History – Hérault, Gard and Aude
Languedoc’s history is richer than that of neighbouring Provence. The Greeks and Phoenicians colonised the seaside town of Agde, using it as one of their major trading ports. The Romans then dominated the area, linking it to their empires in Italy and Hispania with the Via Domitia – a portion of which you can still see in Narbonne’s city centre. They built capitals here at Narbonne (Narbo) and Nîmes (Nemausus) – leaving behind some of the most impressive Roman ruins outside of Rome itself. In the middle ages, ‘The County of Toulouse’ as Languedoc was overrun by crusaders, sent by Pope Eugene III o wipe out a growing christian sect known as the Cathars – whose increasingly independent ways of thinking had started the threaten the hegemony of the Catholic Church. What followed was decades of slaughter, as crusaders attacked Cathar strongholds (now some of the most spectacular castle ruins in France) exterminating all who refused to renounce their rebel religion. Finally, in the 13th century, the region become officially a part of France, having spent hundreds of years with close ties with the Aragon and Catalan kingdoms of Spain.
Languedoc, being relatively distant from Paris, remained a relative backwater until the 19th century, when a disease called Phylloxera wiped out France’s entire stock of vines. It was in Languedoc that the first new, disease-resistant varieties of grapes from the New World were planted, leading to a boom in the region. Languedoc became the world’s largest wine-producing area, and wealth poured in – allowing the building of impressive chateaux and the expansion of the area’s cities.
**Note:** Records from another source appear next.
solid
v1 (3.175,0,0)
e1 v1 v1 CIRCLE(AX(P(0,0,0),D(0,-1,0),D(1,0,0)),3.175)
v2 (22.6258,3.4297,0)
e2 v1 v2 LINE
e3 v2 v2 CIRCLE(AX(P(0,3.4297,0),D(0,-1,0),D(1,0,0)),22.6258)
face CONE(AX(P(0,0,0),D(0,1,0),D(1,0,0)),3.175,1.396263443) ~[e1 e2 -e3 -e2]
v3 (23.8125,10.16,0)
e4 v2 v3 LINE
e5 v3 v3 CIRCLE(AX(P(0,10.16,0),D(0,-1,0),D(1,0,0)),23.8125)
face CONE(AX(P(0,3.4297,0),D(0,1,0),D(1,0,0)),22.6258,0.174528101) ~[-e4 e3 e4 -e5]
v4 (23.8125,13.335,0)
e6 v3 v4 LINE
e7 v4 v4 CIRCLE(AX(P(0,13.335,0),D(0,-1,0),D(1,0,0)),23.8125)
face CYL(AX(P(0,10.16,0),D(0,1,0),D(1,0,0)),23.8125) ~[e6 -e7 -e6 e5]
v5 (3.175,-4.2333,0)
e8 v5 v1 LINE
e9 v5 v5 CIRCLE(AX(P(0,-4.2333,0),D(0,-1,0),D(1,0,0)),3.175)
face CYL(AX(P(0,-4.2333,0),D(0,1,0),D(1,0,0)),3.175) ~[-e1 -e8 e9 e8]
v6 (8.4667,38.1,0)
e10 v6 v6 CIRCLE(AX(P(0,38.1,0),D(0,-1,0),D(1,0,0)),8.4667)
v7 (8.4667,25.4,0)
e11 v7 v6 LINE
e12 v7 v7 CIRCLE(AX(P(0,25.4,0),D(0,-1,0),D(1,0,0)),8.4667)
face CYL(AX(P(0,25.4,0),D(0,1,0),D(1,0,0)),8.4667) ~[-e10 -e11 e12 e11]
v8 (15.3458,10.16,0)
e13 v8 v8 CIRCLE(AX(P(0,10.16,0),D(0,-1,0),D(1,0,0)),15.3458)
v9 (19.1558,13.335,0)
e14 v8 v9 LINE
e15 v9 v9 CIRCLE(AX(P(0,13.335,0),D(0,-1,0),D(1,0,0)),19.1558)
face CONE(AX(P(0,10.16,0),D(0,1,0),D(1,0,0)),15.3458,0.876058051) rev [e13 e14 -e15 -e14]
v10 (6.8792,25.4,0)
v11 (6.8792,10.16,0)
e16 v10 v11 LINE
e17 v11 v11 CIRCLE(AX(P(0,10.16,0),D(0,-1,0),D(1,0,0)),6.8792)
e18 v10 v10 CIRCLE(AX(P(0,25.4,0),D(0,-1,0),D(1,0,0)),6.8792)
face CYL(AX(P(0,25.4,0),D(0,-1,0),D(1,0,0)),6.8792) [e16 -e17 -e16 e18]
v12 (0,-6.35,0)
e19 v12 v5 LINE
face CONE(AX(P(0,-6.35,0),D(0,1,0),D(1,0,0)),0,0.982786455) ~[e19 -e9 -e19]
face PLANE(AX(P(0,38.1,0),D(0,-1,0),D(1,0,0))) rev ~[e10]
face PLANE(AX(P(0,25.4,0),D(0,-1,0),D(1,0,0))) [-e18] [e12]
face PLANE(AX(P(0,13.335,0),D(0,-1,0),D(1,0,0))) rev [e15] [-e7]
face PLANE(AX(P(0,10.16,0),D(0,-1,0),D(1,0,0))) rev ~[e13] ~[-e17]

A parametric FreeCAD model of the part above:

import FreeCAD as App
import Part
import Sketcher
Q = App.Units.Quantity

doc = App.newDocument("Part")
body = doc.addObject("PartDesign::Body", "Body")

# Sketch on XY plane
sketch1 = body.newObject("Sketcher::SketchObject", "Sketch")
sketch1.AttachmentSupport = (doc.getObject("XY_Plane"), [""])
sketch1.MapMode = "FlatFace"
sketch1.addGeometry([
    Part.LineSegment(App.Vector(0, 38.1, 0), App.Vector(0, -6.35, 0)),  # 0
    Part.LineSegment(App.Vector(0, -6.35, 0), App.Vector(3.175, -4.2333, 0)),  # 1
    Part.LineSegment(App.Vector(3.175, -4.2333, 0), App.Vector(3.175, 0, 0)),  # 2
    Part.LineSegment(App.Vector(3.175, 0, 0), App.Vector(22.6258, 3.4297, 0)),  # 3
    Part.LineSegment(App.Vector(22.6258, 3.4297, 0), App.Vector(23.8125, 10.16, 0)),  # 4
    Part.LineSegment(App.Vector(23.8125, 10.16, 0), App.Vector(23.8125, 13.335, 0)),  # 5
    Part.LineSegment(App.Vector(23.8125, 13.335, 0), App.Vector(19.1558, 13.335, 0)),  # 6
    Part.LineSegment(App.Vector(19.1558, 13.335, 0), App.Vector(15.3458, 10.16, 0)),  # 7
    Part.LineSegment(App.Vector(15.3458, 10.16, 0), App.Vector(6.8792, 10.16, 0)),  # 8
    Part.LineSegment(App.Vector(6.8792, 10.16, 0), App.Vector(6.8792, 25.4, 0)),  # 9
    Part.LineSegment(App.Vector(6.8792, 25.4, 0), App.Vector(8.4667, 25.4, 0)),  # 10
    Part.LineSegment(App.Vector(8.4667, 25.4, 0), App.Vector(8.4667, 38.1, 0)),  # 11
    Part.LineSegment(App.Vector(8.4667, 38.1, 0), App.Vector(0, 38.1, 0)),  # 12
], False)
sketch1.addConstraint([
    Sketcher.Constraint("Coincident", 0, 2, 1, 1),
    Sketcher.Constraint("Coincident", 1, 2, 2, 1),
    Sketcher.Constraint("Coincident", 2, 2, 3, 1),
    Sketcher.Constraint("Coincident", 3, 2, 4, 1),
    Sketcher.Constraint("Coincident", 4, 2, 5, 1),
    Sketcher.Constraint("Coincident", 5, 2, 6, 1),
    Sketcher.Constraint("Coincident", 6, 2, 7, 1),
    Sketcher.Constraint("Coincident", 7, 2, 8, 1),
    Sketcher.Constraint("Coincident", 8, 2, 9, 1),
    Sketcher.Constraint("Coincident", 9, 2, 10, 1),
    Sketcher.Constraint("Coincident", 10, 2, 11, 1),
    Sketcher.Constraint("Coincident", 11, 2, 12, 1),
    Sketcher.Constraint("Coincident", 12, 2, 0, 1),
    Sketcher.Constraint("Vertical", 0),
    Sketcher.Constraint("Vertical", 2),
    Sketcher.Constraint("Vertical", 5),
    Sketcher.Constraint("Horizontal", 6),
    Sketcher.Constraint("Horizontal", 8),
    Sketcher.Constraint("Vertical", 9),
    Sketcher.Constraint("Horizontal", 10),
    Sketcher.Constraint("Vertical", 11),
    Sketcher.Constraint("Horizontal", 12),
    Sketcher.Constraint("PointOnObject", 0, 2, -2),
    Sketcher.Constraint("PointOnObject", 2, 2, -1),
    Sketcher.Constraint("Horizontal", 4, 2, 7, 2),
    Sketcher.Constraint("Equal", 8, 12),
    Sketcher.Constraint("DistanceY", 11, 1, 11, 2, Q("0.5 in")),
    Sketcher.Constraint("Angle", 3, Q("10 deg")),
    Sketcher.Constraint("DistanceY", 0, 2, 0, 1, Q("1.75 in")),
    Sketcher.Constraint("DistanceY", -1, 1, 4, 2, Q("0.4 in")),
    Sketcher.Constraint("DistanceX", 10, 1, 10, 2, Q("0.0625 in")),
    Sketcher.Constraint("DistanceY", 5, 1, 5, 2, Q("0.125 in")),
    Sketcher.Constraint("DistanceX", 7, 2, 6, 2, Q("0.15 in")),
    Sketcher.Constraint("DistanceY", 9, 1, 9, 2, Q("0.6 in")),
    Sketcher.Constraint("DistanceX", -1, 1, 1, 2, Q("0.125 in")),
    Sketcher.Constraint("DistanceX", -1, 1, 4, 2, Q("0.9375 in")),
    Sketcher.Constraint("Angle", 4, Q("80.0003 deg")),
    Sketcher.Constraint("DistanceX", 8, 2, 8, 1, 8.4666),
    Sketcher.Constraint("DistanceY", 2, 1, 2, 2, 4.2333),
])
revolution = body.newObject("PartDesign::Revolution", "Revolution")
revolution.Profile = sketch1
revolution.ReferenceAxis = (sketch1, ["V_Axis"])
revolution.Angle = 360

doc.recompute()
In the twentieth century – the draining of the swamplands that lined the coast led, at last, to the opening up of Languedoc to tourism – and the subsequent boom in the past 20 years. In the past 10 years, a thriving technology industry has sprung up in and around Montpellier.
Nîmes, the second largest city, features France’s most impressive roman ruins, such as the Maison Carrée temple, the ‘Les Arènes’ amphitheatre, and not far out of the city, the massive Pont du Gard Roman aqueduct. Narbonne and Carcassonne, both small cities on canals, offer relaxed city life, and Perpignan, France’s most spanish city, is alive with catalan nationalism, tapas and a thriving art scene.
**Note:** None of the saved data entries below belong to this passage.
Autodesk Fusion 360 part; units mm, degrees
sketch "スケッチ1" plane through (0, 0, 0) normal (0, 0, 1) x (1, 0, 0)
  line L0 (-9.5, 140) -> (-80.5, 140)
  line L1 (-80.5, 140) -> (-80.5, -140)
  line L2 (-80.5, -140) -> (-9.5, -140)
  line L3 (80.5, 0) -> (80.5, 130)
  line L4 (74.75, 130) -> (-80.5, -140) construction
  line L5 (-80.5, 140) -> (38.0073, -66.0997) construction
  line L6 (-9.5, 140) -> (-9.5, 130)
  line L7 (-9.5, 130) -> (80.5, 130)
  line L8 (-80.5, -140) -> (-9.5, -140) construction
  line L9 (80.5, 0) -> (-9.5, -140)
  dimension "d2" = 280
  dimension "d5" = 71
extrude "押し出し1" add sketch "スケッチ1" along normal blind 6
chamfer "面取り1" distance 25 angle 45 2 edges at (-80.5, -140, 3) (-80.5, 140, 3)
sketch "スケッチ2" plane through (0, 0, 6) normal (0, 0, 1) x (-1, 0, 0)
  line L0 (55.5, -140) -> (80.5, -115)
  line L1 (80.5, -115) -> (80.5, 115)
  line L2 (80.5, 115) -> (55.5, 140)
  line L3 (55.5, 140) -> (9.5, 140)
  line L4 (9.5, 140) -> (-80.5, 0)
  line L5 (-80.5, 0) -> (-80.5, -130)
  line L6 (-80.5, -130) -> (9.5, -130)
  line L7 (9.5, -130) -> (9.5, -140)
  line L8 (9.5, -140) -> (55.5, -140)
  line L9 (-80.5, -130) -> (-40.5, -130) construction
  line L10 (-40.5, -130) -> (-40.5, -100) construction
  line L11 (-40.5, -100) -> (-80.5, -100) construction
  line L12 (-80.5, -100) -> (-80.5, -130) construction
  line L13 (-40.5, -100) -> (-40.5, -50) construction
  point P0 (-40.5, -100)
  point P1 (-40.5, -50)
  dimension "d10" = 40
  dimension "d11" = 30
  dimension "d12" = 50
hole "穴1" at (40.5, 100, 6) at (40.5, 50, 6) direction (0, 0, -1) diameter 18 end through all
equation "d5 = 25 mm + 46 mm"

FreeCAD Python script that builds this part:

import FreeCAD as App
import Part
import Sketcher

V = App.Vector


def edges_at(feature, points):
    """Names of the edges that pass closest to the given points."""
    edges = feature.Shape.Edges
    near = lambda p: min(range(len(edges)), key=lambda i: edges[i].distToShape(Part.Vertex(*p))[0])
    return sorted({f"Edge{near(p) + 1}" for p in points})

doc = App.newDocument("Part")
body = doc.addObject("PartDesign::Body", "Body")

sketch1 = body.newObject("Sketcher::SketchObject", "Sketch")
sketch1.AttachmentSupport = (doc.getObject("XY_Plane"), [""])
sketch1.MapMode = "FlatFace"
sketch1.addGeometry([
    Part.LineSegment(V(-10, 130, 0), V(-10, 140, 0)),
    Part.LineSegment(V(-10, 140, 0), V(-80, 140, 0)),
    Part.LineSegment(V(-80, 140, 0), V(-80, -140, 0)),
    Part.LineSegment(V(-80, -140, 0), V(-10, -140, 0)),
    Part.LineSegment(V(-10, -140, 0), V(80, 0, 0)),
    Part.LineSegment(V(80, 0, 0), V(80, 130, 0)),
    Part.LineSegment(V(80, 130, 0), V(-10, 130, 0)),
], False)
sketch1.addConstraint([
    Sketcher.Constraint("Coincident", 0, 2, 1, 1),
    Sketcher.Constraint("Coincident", 1, 2, 2, 1),
    Sketcher.Constraint("Coincident", 2, 2, 3, 1),
    Sketcher.Constraint("Coincident", 3, 2, 4, 1),
    Sketcher.Constraint("Coincident", 4, 2, 5, 1),
    Sketcher.Constraint("Coincident", 5, 2, 6, 1),
    Sketcher.Constraint("Coincident", 6, 2, 0, 1),
    Sketcher.Constraint("Vertical", 0),
    Sketcher.Constraint("Horizontal", 1),
    Sketcher.Constraint("Vertical", 2),
    Sketcher.Constraint("Horizontal", 3),
    Sketcher.Constraint("Vertical", 5),
    Sketcher.Constraint("Horizontal", 6),
    Sketcher.Constraint("Symmetric", 0, 2, 3, 2, -1),
    Sketcher.Constraint("PointOnObject", 4, 2, -1),
    Sketcher.Constraint("DistanceX", 1, 2, 1, 1, 71.0),
    Sketcher.Constraint("DistanceY", 2, 2, 2, 1, 280.0),
    Sketcher.Constraint("DistanceX", 6, 2, 6, 1, 90.0),
    Sketcher.Constraint("DistanceY", 0, 1, 0, 2, 10.0),
    Sketcher.Constraint("DistanceX", 0, 2, -1, 1, 9.5),
])
pad1 = body.newObject("PartDesign::Pad", "Pad")
pad1.Profile = sketch1
pad1.Length = 6
doc.recompute()

chamfer = body.newObject("PartDesign::Chamfer", "Chamfer")
chamfer.Base = (pad1, edges_at(pad1, [(-80.5, -140, 3), (-80.5, 140, 3)]))
chamfer.Size = 25

sketch2 = body.newObject("Sketcher::SketchObject", "Sketch001")
sketch2.AttachmentSupport = (doc.getObject("XY_Plane"), [""])
sketch2.MapMode = "FlatFace"
sketch2.AttachmentOffset = App.Placement(V(0, 0, 6), App.Rotation())
sketch2.addGeometry([
    Part.Circle(V(40, 100, 0), V(0, 0, 1), 9),
    Part.Circle(V(40, 50, 0), V(0, 0, 1), 9),
], False)
sketch2.addConstraint([
    Sketcher.Constraint("Equal", 0, 1),
    Sketcher.Constraint("Vertical", 0, 3, 1, 3),
    Sketcher.Constraint("Diameter", 0, 18.0),
    Sketcher.Constraint("DistanceY", -1, 1, 0, 3, 100.0),
    Sketcher.Constraint("DistanceY", -1, 1, 1, 3, 50.0),
    Sketcher.Constraint("DistanceX", -1, 1, 0, 3, 40.5),
])
doc.recompute()
hole = body.newObject("PartDesign::Hole", "Hole")
hole.Profile = sketch2
hole.ThreadType = "None"
hole.Diameter = 18
hole.DepthType = "ThroughAll"

doc.recompute()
Transport links have helped Languedoc achieve its high growth rate. The region sports five international airports, and another five lie just beyond its borders. All are busy with low-cost flights that bring in visitors from all over Europe. France’s impressive TGV trains ply their trade along the Languedoc coast – and inland to Toulouse. And the A9, A62 and A75 motorways also provide easy access to the area.
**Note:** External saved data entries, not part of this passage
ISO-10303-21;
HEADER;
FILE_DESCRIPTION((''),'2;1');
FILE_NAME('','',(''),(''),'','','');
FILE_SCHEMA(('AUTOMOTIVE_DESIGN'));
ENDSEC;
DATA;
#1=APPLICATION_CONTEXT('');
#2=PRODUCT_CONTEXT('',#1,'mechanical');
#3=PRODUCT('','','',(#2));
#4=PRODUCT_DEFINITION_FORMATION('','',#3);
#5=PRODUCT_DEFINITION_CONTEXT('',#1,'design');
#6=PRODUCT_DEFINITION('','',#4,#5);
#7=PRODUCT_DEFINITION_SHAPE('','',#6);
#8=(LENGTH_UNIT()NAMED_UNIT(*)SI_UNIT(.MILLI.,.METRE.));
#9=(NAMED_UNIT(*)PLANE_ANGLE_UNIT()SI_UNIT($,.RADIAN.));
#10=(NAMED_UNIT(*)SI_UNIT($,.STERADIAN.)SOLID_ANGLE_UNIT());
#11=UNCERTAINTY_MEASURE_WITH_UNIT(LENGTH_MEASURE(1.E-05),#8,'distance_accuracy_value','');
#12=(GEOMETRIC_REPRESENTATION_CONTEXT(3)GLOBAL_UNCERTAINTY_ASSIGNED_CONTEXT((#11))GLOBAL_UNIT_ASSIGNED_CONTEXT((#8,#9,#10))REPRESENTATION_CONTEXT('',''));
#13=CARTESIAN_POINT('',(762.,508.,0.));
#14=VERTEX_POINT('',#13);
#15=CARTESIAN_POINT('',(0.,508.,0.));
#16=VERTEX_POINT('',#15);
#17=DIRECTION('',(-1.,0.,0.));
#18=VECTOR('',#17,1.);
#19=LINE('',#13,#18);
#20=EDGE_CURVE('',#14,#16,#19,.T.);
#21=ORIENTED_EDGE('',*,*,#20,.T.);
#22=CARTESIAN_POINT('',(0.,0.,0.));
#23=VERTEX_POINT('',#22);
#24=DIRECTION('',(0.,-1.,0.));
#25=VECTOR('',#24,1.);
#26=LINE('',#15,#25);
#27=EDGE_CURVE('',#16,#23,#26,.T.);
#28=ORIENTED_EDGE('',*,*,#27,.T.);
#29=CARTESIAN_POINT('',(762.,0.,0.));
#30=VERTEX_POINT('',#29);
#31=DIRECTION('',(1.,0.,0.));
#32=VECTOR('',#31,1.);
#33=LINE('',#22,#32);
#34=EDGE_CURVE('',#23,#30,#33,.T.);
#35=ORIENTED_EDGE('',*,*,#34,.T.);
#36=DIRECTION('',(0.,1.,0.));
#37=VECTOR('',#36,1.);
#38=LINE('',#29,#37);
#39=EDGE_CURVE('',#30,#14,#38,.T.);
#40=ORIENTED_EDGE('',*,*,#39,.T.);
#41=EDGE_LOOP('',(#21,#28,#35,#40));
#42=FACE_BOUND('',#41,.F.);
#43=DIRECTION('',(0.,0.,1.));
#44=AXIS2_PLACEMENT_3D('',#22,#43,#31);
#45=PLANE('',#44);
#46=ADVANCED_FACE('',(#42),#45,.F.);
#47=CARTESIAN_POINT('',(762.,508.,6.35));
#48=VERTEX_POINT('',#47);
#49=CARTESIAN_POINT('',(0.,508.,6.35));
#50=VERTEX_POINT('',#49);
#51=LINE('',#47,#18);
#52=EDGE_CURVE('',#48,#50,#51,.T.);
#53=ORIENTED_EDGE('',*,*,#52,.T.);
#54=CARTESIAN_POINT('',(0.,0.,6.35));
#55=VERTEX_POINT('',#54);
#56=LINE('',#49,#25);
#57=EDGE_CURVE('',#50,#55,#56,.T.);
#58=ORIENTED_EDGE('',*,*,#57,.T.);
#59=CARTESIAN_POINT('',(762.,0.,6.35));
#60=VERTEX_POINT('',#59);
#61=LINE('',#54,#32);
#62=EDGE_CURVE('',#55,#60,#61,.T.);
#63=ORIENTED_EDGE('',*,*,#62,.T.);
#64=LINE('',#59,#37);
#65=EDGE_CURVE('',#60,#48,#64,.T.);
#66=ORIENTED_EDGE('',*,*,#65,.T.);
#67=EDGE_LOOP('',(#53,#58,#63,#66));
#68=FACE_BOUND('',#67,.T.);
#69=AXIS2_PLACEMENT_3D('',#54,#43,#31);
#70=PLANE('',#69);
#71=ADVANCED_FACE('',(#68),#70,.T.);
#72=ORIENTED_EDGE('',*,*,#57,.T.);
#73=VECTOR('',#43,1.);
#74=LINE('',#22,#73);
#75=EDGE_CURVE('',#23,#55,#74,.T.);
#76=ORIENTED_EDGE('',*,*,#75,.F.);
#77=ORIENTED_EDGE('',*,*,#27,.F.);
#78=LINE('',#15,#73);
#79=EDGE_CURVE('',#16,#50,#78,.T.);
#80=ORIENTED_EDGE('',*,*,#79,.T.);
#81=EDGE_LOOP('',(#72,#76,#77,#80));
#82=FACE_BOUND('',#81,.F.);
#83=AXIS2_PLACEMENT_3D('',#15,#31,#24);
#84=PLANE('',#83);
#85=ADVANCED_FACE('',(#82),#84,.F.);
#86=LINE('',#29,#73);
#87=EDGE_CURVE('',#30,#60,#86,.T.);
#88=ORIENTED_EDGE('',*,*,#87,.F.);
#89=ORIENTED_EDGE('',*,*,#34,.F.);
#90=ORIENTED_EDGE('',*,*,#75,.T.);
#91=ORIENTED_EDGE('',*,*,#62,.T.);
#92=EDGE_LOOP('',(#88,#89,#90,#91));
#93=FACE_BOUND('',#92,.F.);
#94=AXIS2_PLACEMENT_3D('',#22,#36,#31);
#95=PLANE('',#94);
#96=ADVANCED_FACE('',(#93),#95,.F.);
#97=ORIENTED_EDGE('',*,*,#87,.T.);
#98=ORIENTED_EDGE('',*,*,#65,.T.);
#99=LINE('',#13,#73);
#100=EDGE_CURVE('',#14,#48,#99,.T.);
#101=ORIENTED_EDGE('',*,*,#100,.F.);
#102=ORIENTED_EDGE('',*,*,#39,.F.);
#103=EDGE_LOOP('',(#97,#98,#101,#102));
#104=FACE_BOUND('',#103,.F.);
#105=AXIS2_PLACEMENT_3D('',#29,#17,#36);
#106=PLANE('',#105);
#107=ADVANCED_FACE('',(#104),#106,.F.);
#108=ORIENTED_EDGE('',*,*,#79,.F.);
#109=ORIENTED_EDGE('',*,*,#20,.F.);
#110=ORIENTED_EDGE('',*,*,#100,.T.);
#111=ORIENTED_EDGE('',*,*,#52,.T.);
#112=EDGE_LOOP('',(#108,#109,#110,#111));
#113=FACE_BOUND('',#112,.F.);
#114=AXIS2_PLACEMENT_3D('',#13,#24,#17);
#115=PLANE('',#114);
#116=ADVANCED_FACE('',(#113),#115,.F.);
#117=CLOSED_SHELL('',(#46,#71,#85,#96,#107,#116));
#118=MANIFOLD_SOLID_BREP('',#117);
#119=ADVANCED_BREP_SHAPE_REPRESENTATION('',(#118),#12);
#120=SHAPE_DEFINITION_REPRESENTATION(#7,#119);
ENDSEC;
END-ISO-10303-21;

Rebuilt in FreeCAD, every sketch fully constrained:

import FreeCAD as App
import Part
import Sketcher

V = App.Vector
Q = App.Units.Quantity


def add_polygon(sketch, points):
    """Adds a closed chain of lines whose ends are joined by coincident constraints."""
    first, n = sketch.GeometryCount, len(points)
    for a, b in zip(points, points[1:] + points[:1]):
        sketch.addGeometry(Part.LineSegment(App.Vector(*a, 0), App.Vector(*b, 0)), False)
    for i in range(n):
        sketch.addConstraint(Sketcher.Constraint("Coincident", first + i, 2, first + (i + 1) % n, 1))

doc = App.newDocument("Part")
body = doc.addObject("PartDesign::Body", "Body")

# Sketch on XY plane
sketch1 = doc.addObject("Sketcher::SketchObject", "Sketch")
body.addObject(sketch1)
sketch1.AttachmentSupport = (doc.XY_Plane, [""])
sketch1.MapMode = "FlatFace"
add_polygon(sketch1, [(0, 508), (0, 0), (762, 0), (762, 508)])  # lines 0-3
sketch1.addConstraint([
    Sketcher.Constraint("Vertical", 0),
    Sketcher.Constraint("Horizontal", 1),
    Sketcher.Constraint("Vertical", 2),
    Sketcher.Constraint("Horizontal", 3),
    Sketcher.Constraint("Coincident", 0, 2, -1, 1),
    Sketcher.Constraint("DistanceX", 1, 1, 1, 2, Q("30 in")),
    Sketcher.Constraint("DistanceY", 0, 2, 0, 1, Q("20 in")),
])
pad1 = doc.addObject("PartDesign::Pad", "Pad")
body.addObject(pad1)
pad1.Profile = sketch1
pad1.Length = Q("0.25 in")

doc.recompute()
The wine industry has long dominated the region’s economy. Languedoc was, and may still be, the world’s largest wine-producing region. But quantity is now giving way to quality, with investment and know-how coming in from other parts of France and the New World – to produce what many think is currently some of the world’s most exciting wines. Reds from the Minervois, Corbières, St Chinian and Faugères wine areas regularly win prizes. As do crisp Languedoc PicPoul whites, and aromatic Viogniers and Muscats.
Hérault & Gard
Montpellier, the capital of the departement, is officially the favourite city of the French in which to live. Thousands move here every year from the cold, wet cities of the north. The city is also one of the most beautiful in France, with a large pedestrianised centre dominated by impressive 19th century buildings of cut sandstone, leafy squares overflowing with cafés, and a vibrant student population. Nîmes, the second largest city, features France’s most impressive roman ruins, such as the Maison Careée temple, the ‘Les Arènes’ amphitheatre, and not far out of the city, the massive Pont du Gard Roman aqueduct. Narbonne and Carcassonne, both small cities on canals, offer relaxed city life, and Perpignan, France’s most spanish city, is alive with catalan nationalism, tapas and a thriving art scene.
The Aude offers buyers so much. Amongst a rich heritage, discover the medieval Cathar castles ; romanesque abbeys and cloisters; the Medieval city of Carcassonne; the Roman city of Narbonne; prehistoric caves; and many other unique locations all around the department.
The Aude offers a wide range of outdoor activities in spectacular landscapes : walks and cycle routes bordering the famous Canal du Midi, hiking, water sports, mountain bike tours, speleology, and many more.
Above all, Aude hosts the biggest and oldest vineyard of France : no need to say that gastronomy is an art in this region, where you’ll be delighted by local recipes and world-famous Languedoc wines.